> [Exercise aim] Could you copy out all the lines in the material below where the word "OpenSCAD" occurs?

> [Source data]
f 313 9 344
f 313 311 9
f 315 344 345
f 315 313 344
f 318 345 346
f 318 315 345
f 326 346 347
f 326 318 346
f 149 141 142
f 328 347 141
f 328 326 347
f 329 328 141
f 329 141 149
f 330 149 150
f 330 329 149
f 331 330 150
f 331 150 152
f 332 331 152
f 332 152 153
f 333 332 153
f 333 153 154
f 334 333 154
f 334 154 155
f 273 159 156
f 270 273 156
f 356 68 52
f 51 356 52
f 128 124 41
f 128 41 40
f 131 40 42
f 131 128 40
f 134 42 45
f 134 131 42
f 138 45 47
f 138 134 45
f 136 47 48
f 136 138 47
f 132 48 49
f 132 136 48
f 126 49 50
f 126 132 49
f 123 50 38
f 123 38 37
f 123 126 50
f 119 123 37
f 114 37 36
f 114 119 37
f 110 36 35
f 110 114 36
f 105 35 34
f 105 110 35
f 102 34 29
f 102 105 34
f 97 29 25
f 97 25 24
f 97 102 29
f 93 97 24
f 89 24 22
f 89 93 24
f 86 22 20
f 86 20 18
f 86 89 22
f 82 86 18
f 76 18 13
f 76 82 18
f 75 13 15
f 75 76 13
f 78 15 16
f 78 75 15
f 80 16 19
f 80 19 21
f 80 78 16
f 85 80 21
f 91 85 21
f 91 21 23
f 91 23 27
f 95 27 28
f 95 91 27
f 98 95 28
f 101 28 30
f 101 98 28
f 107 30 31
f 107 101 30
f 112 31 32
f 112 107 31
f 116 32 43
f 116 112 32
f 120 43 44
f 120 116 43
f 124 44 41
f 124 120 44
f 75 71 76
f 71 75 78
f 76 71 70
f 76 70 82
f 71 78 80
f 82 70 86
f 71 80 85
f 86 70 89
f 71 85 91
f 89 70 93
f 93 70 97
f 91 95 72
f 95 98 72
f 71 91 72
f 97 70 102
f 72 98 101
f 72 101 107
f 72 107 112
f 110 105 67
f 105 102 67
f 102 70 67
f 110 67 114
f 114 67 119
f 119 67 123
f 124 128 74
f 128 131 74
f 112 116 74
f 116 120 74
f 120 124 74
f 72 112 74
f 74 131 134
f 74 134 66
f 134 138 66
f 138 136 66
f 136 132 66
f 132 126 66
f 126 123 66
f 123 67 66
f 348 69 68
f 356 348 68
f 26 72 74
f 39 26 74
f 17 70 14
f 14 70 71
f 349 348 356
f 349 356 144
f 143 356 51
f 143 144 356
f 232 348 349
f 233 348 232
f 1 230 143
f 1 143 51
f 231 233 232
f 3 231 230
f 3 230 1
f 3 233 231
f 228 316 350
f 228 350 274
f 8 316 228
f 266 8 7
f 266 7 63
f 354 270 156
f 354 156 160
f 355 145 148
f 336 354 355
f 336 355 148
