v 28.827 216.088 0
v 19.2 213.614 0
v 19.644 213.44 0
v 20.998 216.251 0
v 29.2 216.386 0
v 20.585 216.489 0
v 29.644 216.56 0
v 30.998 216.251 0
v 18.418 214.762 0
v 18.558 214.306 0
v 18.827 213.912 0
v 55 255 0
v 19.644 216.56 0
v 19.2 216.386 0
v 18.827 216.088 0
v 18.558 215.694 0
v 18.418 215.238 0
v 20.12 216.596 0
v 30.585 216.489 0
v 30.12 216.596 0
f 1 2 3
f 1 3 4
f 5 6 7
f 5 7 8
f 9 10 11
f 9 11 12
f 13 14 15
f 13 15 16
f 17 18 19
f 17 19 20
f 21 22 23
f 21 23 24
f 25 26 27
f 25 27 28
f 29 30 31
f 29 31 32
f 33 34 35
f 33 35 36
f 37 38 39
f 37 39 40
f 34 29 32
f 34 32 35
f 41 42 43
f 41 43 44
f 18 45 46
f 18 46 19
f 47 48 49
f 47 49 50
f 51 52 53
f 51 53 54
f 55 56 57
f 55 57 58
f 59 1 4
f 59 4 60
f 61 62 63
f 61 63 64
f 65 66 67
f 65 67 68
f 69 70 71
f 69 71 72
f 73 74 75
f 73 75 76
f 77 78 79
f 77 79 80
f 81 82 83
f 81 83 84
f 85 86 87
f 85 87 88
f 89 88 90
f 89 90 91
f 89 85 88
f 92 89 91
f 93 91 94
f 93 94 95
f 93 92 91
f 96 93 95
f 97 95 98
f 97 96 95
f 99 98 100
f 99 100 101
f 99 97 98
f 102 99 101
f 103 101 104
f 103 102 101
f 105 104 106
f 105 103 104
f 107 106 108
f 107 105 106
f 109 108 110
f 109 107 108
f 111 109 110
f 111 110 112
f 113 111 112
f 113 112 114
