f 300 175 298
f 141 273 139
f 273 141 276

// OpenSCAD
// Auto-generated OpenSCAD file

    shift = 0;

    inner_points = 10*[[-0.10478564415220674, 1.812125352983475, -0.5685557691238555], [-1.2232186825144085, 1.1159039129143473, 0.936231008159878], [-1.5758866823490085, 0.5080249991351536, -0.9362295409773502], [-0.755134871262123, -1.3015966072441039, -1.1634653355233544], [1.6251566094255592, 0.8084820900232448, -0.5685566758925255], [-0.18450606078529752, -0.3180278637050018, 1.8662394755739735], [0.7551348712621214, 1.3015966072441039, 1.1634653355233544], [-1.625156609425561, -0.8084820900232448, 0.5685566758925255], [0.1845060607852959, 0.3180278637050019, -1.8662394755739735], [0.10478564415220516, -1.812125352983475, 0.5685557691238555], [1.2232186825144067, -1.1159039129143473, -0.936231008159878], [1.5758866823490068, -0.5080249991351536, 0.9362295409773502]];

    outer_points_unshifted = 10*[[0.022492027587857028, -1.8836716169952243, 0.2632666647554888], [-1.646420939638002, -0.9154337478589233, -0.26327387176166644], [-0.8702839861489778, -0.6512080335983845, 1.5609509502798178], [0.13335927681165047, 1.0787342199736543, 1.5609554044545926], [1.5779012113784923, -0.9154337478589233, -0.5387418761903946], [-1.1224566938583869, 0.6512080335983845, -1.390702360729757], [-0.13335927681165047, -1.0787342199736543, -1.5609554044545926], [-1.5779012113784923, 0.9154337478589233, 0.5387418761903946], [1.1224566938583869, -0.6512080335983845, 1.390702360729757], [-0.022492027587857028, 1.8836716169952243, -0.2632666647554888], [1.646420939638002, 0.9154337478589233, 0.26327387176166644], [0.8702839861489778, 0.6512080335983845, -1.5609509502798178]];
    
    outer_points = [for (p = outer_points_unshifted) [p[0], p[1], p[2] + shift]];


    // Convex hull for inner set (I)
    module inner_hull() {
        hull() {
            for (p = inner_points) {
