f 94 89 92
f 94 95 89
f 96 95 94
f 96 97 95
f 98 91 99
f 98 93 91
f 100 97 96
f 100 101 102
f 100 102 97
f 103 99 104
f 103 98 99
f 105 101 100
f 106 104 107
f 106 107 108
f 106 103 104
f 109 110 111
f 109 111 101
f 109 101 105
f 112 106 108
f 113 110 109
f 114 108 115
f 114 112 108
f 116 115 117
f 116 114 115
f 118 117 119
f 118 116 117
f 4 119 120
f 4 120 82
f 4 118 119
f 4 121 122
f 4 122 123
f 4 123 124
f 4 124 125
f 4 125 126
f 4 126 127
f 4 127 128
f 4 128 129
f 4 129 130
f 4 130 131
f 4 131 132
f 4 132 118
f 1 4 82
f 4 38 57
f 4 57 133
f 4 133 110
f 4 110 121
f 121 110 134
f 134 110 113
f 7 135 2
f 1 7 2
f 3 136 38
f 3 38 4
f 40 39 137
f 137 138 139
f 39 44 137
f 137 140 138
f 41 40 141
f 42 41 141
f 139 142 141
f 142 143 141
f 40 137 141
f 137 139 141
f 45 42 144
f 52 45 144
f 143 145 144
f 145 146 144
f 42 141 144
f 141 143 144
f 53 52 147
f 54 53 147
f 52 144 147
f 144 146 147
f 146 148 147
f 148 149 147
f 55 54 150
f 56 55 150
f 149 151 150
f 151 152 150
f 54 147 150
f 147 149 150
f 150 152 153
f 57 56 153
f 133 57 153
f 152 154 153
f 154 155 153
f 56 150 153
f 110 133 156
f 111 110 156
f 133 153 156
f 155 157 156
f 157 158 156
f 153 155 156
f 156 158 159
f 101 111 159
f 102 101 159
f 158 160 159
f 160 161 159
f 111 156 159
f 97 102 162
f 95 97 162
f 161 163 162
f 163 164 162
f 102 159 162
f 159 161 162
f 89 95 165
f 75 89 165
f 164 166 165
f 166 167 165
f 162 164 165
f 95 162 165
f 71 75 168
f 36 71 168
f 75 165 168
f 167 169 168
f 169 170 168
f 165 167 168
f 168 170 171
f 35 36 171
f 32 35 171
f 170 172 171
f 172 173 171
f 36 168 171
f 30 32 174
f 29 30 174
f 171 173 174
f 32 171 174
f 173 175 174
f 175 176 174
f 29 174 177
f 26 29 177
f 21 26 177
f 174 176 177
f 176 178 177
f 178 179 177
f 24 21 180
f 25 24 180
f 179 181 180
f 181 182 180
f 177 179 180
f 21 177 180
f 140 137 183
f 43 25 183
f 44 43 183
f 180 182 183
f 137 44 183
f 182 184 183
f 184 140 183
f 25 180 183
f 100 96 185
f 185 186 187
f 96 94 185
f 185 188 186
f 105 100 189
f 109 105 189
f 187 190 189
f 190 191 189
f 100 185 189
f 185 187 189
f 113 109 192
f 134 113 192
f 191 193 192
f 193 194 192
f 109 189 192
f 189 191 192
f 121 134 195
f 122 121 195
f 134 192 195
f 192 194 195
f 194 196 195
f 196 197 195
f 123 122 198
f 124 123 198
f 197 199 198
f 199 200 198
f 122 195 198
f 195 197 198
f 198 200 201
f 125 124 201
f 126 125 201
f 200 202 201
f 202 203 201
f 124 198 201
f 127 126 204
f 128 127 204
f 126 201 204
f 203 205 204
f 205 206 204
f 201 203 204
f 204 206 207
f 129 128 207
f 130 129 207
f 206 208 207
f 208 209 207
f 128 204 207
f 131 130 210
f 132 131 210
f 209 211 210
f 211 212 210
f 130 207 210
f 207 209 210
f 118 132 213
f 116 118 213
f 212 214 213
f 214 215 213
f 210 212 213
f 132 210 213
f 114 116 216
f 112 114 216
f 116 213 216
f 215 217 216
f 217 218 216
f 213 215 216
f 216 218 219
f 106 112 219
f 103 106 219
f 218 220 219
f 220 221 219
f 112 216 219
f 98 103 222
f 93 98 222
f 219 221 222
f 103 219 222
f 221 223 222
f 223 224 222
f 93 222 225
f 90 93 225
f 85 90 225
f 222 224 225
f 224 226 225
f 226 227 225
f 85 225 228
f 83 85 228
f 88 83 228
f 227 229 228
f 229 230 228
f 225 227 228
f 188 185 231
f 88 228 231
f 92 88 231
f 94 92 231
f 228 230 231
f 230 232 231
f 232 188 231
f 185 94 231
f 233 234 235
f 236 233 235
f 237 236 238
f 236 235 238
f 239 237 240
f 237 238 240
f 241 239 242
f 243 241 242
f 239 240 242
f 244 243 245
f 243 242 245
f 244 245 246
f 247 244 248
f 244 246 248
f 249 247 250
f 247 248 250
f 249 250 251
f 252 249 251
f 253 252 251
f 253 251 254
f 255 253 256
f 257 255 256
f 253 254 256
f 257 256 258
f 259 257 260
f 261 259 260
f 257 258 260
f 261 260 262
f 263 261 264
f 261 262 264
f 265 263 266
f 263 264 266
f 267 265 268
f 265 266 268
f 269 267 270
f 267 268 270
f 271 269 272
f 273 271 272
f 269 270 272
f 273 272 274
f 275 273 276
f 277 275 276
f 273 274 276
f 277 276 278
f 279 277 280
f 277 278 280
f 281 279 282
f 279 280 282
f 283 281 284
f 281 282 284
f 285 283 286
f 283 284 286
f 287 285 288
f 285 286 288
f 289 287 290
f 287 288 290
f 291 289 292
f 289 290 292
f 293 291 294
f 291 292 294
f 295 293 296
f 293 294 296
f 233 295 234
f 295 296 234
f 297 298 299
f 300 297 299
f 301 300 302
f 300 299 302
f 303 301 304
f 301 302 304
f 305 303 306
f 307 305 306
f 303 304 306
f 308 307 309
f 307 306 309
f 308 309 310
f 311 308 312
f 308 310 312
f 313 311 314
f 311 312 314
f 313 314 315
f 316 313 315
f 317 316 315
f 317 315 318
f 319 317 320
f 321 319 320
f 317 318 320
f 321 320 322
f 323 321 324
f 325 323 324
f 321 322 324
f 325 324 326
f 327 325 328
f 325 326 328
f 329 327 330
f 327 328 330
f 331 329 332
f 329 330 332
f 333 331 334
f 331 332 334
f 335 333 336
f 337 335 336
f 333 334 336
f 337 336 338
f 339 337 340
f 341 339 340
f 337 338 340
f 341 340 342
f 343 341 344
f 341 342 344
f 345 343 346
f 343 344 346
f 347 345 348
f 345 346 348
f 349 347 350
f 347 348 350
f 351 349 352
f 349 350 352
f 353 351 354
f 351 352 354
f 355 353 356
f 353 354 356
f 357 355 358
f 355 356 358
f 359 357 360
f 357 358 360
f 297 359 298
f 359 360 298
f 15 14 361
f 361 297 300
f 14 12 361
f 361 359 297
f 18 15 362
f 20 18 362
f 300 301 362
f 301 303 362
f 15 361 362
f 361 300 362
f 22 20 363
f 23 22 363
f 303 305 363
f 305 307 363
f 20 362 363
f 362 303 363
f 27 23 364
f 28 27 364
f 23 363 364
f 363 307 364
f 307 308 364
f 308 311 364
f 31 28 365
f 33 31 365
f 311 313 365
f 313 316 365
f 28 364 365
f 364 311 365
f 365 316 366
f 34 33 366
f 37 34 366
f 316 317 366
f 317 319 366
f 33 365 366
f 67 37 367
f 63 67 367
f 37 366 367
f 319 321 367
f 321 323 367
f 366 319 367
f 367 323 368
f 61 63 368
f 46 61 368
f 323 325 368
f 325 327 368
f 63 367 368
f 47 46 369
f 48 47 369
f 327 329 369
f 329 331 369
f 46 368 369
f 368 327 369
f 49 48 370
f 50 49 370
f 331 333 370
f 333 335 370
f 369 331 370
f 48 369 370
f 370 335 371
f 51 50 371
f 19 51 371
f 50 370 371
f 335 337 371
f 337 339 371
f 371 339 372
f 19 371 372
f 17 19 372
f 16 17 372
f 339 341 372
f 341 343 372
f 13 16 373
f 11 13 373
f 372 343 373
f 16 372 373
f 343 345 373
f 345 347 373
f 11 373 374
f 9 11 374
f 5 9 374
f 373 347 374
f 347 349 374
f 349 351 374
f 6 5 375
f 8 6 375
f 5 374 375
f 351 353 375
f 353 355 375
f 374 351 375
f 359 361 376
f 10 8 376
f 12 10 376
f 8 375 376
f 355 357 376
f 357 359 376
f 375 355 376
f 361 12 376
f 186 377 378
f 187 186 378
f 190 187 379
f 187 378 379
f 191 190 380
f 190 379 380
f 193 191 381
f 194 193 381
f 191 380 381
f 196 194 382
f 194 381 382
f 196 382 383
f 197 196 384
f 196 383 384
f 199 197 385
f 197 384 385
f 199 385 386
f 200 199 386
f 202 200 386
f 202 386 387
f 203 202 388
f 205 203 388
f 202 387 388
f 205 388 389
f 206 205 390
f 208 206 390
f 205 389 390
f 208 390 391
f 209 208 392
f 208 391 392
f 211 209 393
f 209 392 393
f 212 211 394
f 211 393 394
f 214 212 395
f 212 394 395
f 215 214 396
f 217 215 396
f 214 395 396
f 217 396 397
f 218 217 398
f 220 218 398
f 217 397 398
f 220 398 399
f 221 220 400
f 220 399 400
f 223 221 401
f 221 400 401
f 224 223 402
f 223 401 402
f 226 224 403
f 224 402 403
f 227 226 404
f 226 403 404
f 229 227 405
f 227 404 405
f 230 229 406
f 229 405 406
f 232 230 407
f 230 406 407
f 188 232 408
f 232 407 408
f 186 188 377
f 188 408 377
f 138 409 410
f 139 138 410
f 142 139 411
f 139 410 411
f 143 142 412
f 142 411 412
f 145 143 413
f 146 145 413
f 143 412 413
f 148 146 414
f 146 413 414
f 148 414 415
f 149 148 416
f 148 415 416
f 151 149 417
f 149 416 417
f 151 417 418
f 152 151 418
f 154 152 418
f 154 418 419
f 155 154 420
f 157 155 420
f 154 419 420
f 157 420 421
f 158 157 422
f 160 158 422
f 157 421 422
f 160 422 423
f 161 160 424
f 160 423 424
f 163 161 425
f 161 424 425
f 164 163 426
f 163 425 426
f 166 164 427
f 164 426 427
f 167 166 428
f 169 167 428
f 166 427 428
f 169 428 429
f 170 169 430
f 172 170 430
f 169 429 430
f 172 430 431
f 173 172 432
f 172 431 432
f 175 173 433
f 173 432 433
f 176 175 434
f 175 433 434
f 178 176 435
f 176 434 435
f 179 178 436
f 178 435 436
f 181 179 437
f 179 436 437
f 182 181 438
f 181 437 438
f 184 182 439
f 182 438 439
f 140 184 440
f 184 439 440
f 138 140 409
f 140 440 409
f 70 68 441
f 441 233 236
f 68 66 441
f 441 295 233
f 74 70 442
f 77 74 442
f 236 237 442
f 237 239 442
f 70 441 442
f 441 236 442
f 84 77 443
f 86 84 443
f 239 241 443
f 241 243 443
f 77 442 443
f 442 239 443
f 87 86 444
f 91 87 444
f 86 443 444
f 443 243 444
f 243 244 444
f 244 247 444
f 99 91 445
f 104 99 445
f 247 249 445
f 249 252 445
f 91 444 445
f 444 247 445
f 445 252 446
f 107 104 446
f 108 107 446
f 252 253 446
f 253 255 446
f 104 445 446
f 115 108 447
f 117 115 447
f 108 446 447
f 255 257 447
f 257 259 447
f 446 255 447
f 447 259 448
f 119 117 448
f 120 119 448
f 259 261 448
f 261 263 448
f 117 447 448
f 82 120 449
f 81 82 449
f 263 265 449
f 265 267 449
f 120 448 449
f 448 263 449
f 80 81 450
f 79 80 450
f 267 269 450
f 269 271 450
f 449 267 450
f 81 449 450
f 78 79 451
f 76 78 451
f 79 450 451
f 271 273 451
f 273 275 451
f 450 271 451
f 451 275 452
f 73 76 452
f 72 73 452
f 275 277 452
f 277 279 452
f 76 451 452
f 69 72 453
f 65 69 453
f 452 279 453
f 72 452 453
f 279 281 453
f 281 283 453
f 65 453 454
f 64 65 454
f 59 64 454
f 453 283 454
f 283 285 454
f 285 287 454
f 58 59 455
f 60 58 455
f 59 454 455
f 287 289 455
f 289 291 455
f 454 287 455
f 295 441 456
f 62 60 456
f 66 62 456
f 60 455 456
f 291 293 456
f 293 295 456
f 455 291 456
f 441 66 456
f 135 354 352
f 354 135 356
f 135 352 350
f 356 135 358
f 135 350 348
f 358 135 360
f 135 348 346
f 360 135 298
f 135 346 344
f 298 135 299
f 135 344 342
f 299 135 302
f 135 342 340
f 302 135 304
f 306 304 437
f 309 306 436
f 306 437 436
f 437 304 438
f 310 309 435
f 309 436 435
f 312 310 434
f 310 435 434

> [Answer to the exercise]
// OpenSCAD
// Auto-generated OpenSCAD file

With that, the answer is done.